Ridge Regression
Ridge regression is a method of estimating the coefficients of multiple-regression models in scenarios where independent variables are highly correlated.
It has the following effects:
- regulation of the model
- resolve issues when data matrix is ill-conditioned
scikit-learn ridge guide gives some discussion of the ridge regression.
Ridge regression addresses some of the problems of Ordinary Least Squares by imposing a penalty on the size of the coefficients. The ridge coefficients minimize a penalized residual sum of squares:
\[\min_{\theta} \{\| X \theta - y\|_2^2 + \alpha \|\theta\|_2^2\}\]with \(\alpha\) be a nonnegative real value.

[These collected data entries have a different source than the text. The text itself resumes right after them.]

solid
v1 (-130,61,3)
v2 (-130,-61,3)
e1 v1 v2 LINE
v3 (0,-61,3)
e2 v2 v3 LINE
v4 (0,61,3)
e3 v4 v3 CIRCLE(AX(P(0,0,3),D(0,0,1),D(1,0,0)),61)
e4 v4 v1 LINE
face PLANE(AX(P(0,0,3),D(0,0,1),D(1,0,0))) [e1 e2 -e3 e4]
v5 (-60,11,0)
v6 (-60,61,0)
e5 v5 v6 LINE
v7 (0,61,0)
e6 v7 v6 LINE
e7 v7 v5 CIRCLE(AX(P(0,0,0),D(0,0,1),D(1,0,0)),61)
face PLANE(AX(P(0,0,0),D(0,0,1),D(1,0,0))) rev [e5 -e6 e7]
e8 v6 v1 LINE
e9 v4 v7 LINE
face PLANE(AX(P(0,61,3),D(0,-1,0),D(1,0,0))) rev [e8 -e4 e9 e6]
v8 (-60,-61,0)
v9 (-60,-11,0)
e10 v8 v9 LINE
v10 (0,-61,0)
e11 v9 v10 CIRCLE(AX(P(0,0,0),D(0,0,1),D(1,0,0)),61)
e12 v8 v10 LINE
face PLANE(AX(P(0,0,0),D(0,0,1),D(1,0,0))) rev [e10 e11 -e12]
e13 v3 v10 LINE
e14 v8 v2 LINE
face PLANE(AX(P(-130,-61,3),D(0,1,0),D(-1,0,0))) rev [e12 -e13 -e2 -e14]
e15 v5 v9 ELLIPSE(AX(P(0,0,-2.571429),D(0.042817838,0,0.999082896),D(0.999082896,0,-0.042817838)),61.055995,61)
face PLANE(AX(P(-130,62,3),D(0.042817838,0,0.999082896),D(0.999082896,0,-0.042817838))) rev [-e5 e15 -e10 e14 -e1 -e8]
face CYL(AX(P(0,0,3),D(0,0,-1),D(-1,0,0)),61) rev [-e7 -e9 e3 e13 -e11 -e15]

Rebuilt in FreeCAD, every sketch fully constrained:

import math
import FreeCAD as App
import Part
import Sketcher


def add_polygon(sketch, points):
    """Adds a closed chain of lines whose ends are joined by coincident constraints."""
    first, n = sketch.GeometryCount, len(points)
    for a, b in zip(points, points[1:] + points[:1]):
        sketch.addGeometry(Part.LineSegment(App.Vector(*a, 0), App.Vector(*b, 0)), False)
    for i in range(n):
        sketch.addConstraint(Sketcher.Constraint("Coincident", first + i, 2, first + (i + 1) % n, 1))

doc = App.newDocument("Part")
body = doc.addObject("PartDesign::Body", "Body")

sketch1 = body.newObject("Sketcher::SketchObject", "Sketch")
sketch1.AttachmentSupport = (doc.getObject("XY_Plane"), [""])
sketch1.MapMode = "FlatFace"
sketch1.addGeometry([
    Part.LineSegment(App.Vector(0, 61, 0), App.Vector(-130, 61, 0)),
    Part.LineSegment(App.Vector(-130, 61, 0), App.Vector(-130, -61, 0)),
    Part.LineSegment(App.Vector(-130, -61, 0), App.Vector(0, -61, 0)),
    Part.ArcOfCircle(Part.Circle(App.Vector(0, 0, 0), App.Vector(0, 0, 1), 61), math.radians(90), math.radians(270)),
], False)
sketch1.addConstraint([
    Sketcher.Constraint("Coincident", 0, 2, 1, 1),
    Sketcher.Constraint("Coincident", 1, 2, 2, 1),
    Sketcher.Constraint("Tangent", 2, 2, 3, 2),
    Sketcher.Constraint("Tangent", 3, 1, 0, 1),
    Sketcher.Constraint("Horizontal", 0),
    Sketcher.Constraint("Vertical", 1),
    Sketcher.Constraint("Horizontal", 2),
    Sketcher.Constraint("Coincident", 3, 3, -1, 1),
    Sketcher.Constraint("Radius", 3, 61.0),
    Sketcher.Constraint("DistanceX", 0, 2, 0, 1, 130.0),
])
pad1 = body.newObject("PartDesign::Pad", "Pad")
pad1.Profile = sketch1
pad1.Length = 3

sketch2 = body.newObject("Sketcher::SketchObject", "Sketch001")
sketch2.AttachmentSupport = (doc.getObject("XZ_Plane"), [""])
sketch2.MapMode = "FlatFace"
sketch2.AttachmentOffset = App.Placement(App.Vector(0, 0, 61), App.Rotation())
add_polygon(sketch2, [(-60, 0), (-130, 3), (-130, 0)])
sketch2.addConstraint([
    Sketcher.Constraint("Vertical", 1),
    Sketcher.Constraint("Horizontal", 2),
    Sketcher.Constraint("PointOnObject", 1, 2, -1),
    Sketcher.Constraint("DistanceX", 2, 1, 2, 2, 70.0),
    Sketcher.Constraint("DistanceY", 1, 2, 1, 1, 3.0),
    Sketcher.Constraint("DistanceX", 0, 2, -1, 1, 130.0),
])
pocket1 = body.newObject("PartDesign::Pocket", "Pocket")
pocket1.Profile = sketch2
pocket1.Length = 123

doc.recompute()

Take the partial derivatives of the cost function and make them equal 0, we get the solution:
\[\hat \theta = (X^TX + \alpha I)^{-1} X^T y\]If we decompose X with SVD decompostion \(X=U\Sigma V^T\), we have \(X^TX + \alpha I = V ({\color{read}{\Sigma^2 + \alpha I}}) V^T\) which is invertible.

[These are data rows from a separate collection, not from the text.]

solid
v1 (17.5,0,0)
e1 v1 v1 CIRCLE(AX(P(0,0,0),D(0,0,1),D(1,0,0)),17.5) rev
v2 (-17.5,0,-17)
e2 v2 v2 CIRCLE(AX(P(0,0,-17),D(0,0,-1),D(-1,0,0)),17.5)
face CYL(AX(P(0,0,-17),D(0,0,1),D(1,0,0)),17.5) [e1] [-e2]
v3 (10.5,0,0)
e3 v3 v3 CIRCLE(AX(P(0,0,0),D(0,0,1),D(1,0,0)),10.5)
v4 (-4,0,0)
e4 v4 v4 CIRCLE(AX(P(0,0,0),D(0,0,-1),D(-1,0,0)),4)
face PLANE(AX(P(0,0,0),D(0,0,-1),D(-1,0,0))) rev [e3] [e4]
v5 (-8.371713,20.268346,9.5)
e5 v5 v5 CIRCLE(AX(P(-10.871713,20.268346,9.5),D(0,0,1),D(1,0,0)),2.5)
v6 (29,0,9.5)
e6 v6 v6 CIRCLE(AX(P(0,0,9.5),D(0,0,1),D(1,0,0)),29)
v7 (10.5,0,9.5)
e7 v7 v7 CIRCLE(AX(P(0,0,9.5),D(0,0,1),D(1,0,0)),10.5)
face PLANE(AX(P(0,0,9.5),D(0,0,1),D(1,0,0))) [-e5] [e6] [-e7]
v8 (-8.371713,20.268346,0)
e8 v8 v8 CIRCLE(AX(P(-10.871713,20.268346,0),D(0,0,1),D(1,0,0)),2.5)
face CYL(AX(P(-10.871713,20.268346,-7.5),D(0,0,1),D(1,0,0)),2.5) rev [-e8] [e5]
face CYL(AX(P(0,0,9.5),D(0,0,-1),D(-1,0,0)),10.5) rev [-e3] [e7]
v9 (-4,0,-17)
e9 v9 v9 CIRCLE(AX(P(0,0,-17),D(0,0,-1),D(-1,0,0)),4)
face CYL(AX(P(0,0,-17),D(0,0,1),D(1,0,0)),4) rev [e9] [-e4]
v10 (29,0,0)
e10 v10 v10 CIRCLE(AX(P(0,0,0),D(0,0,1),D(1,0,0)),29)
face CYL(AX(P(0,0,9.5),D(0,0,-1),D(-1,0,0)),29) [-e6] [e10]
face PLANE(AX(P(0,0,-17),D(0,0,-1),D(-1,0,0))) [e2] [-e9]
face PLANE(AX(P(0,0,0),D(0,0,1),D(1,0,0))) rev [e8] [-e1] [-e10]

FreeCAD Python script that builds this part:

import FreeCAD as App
import Part
import Sketcher
from FreeCAD import Vector
Q = App.Units.Quantity

doc = App.newDocument("Part")
body = doc.addObject("PartDesign::Body", "Body")

# Sketch on XY plane
sketch1 = doc.addObject("Sketcher::SketchObject", "Sketch")
body.addObject(sketch1)
sketch1.AttachmentSupport = (doc.XY_Plane, [""])
sketch1.MapMode = "FlatFace"
sketch1.addGeometry([
    Part.Circle(Vector(0, 0, 0), Vector(0, 0, 1), 29),
    Part.Circle(Vector(0, 0, 0), Vector(0, 0, 1), 10),
], False)
sketch1.addConstraint([
    Sketcher.Constraint("Coincident", 0, 3, -1, 1),
    Sketcher.Constraint("Coincident", 1, 3, -1, 1),
    Sketcher.Constraint("Diameter", 0, Q("58 mm")),
    Sketcher.Constraint("Diameter", 1, Q("21 mm")),
])
pad1 = doc.addObject("PartDesign::Pad", "Pad")
body.addObject(pad1)
pad1.Profile = sketch1
pad1.Length = 9.5

# Sketch on XY plane
sketch2 = doc.addObject("Sketcher::SketchObject", "Sketch001")
body.addObject(sketch2)
sketch2.AttachmentSupport = (doc.XY_Plane, [""])
sketch2.MapMode = "FlatFace"
sketch2.addGeometry([
    Part.Circle(Vector(0, 0, 0), Vector(0, 0, 1), 17.5),
    Part.Circle(Vector(0, 0, 0), Vector(0, 0, 1), 4),
], False)
sketch2.addConstraint([
    Sketcher.Constraint("Coincident", 0, 3, -1, 1),
    Sketcher.Constraint("Coincident", 1, 3, -1, 1),
    Sketcher.Constraint("Diameter", 0, Q("35 mm")),
    Sketcher.Constraint("Diameter", 1, Q("8 mm")),
])
pad2 = doc.addObject("PartDesign::Pad", "Pad001")
body.addObject(pad2)
pad2.Profile = sketch2
pad2.Length = 17
pad2.Reversed = True

# Sketch on XY plane
sketch3 = doc.addObject("Sketcher::SketchObject", "Sketch002")
body.addObject(sketch3)
sketch3.AttachmentSupport = (doc.XY_Plane, [""])
sketch3.MapMode = "FlatFace"
sketch3.AttachmentOffset = App.Placement(Vector(0, 0, 9.5), App.Rotation())
sketch3.addGeometry(Part.Circle(Vector(-10.9, 20.3, 0), Vector(0, 0, 1), 2.5), False)
sketch3.addConstraint([
    Sketcher.Constraint("Diameter", 0, Q("5 mm")),
    Sketcher.Constraint("DistanceX", 0, 3, -1, 1, Q("10.871713 mm")),
    Sketcher.Constraint("DistanceY", -1, 1, 0, 3, Q("20.268346 mm")),
])
pocket1 = doc.addObject("PartDesign::Pocket", "Pocket")
body.addObject(pocket1)
pocket1.Profile = sketch3
pocket1.Length = 17

doc.recompute()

Then the above equation will be:
\[\hat \theta = V (\Sigma^2 + \alpha I)^{-1} \Sigma U^T y\]We can write it in another form:
\[\hat \theta = \sum_{i=1}^n \frac{\sigma_i}{\sigma_i^2 + \alpha} u_i^Tyv_i = \sum_{i=1}^n {\color{red} {\frac{\sigma_i^2}{\sigma_i^2 + \alpha}}} \frac{1}{\sigma_i}u_i^Tyv_i\]As we can see, the complexity parameter \(\alpha \geq 0\) controls the amount of shrinkage: the larger the value of \(\alpha\), the greater the amount of shrinkage and thus the coefficients become more robust to collinearity. With this shrinkage, ridge regression reduces variance of the model params. To summarize:
- Small \(\alpha\): the solution is more accurate but also more prone to noise and therefore less stable, i.e., large variance error but small bias error, or overfitting.
- Large \(\alpha\): the solution is more stable as it is less affacted by noise, but it may be less accurate, i.e., small variance error but large bias error, or underfitting.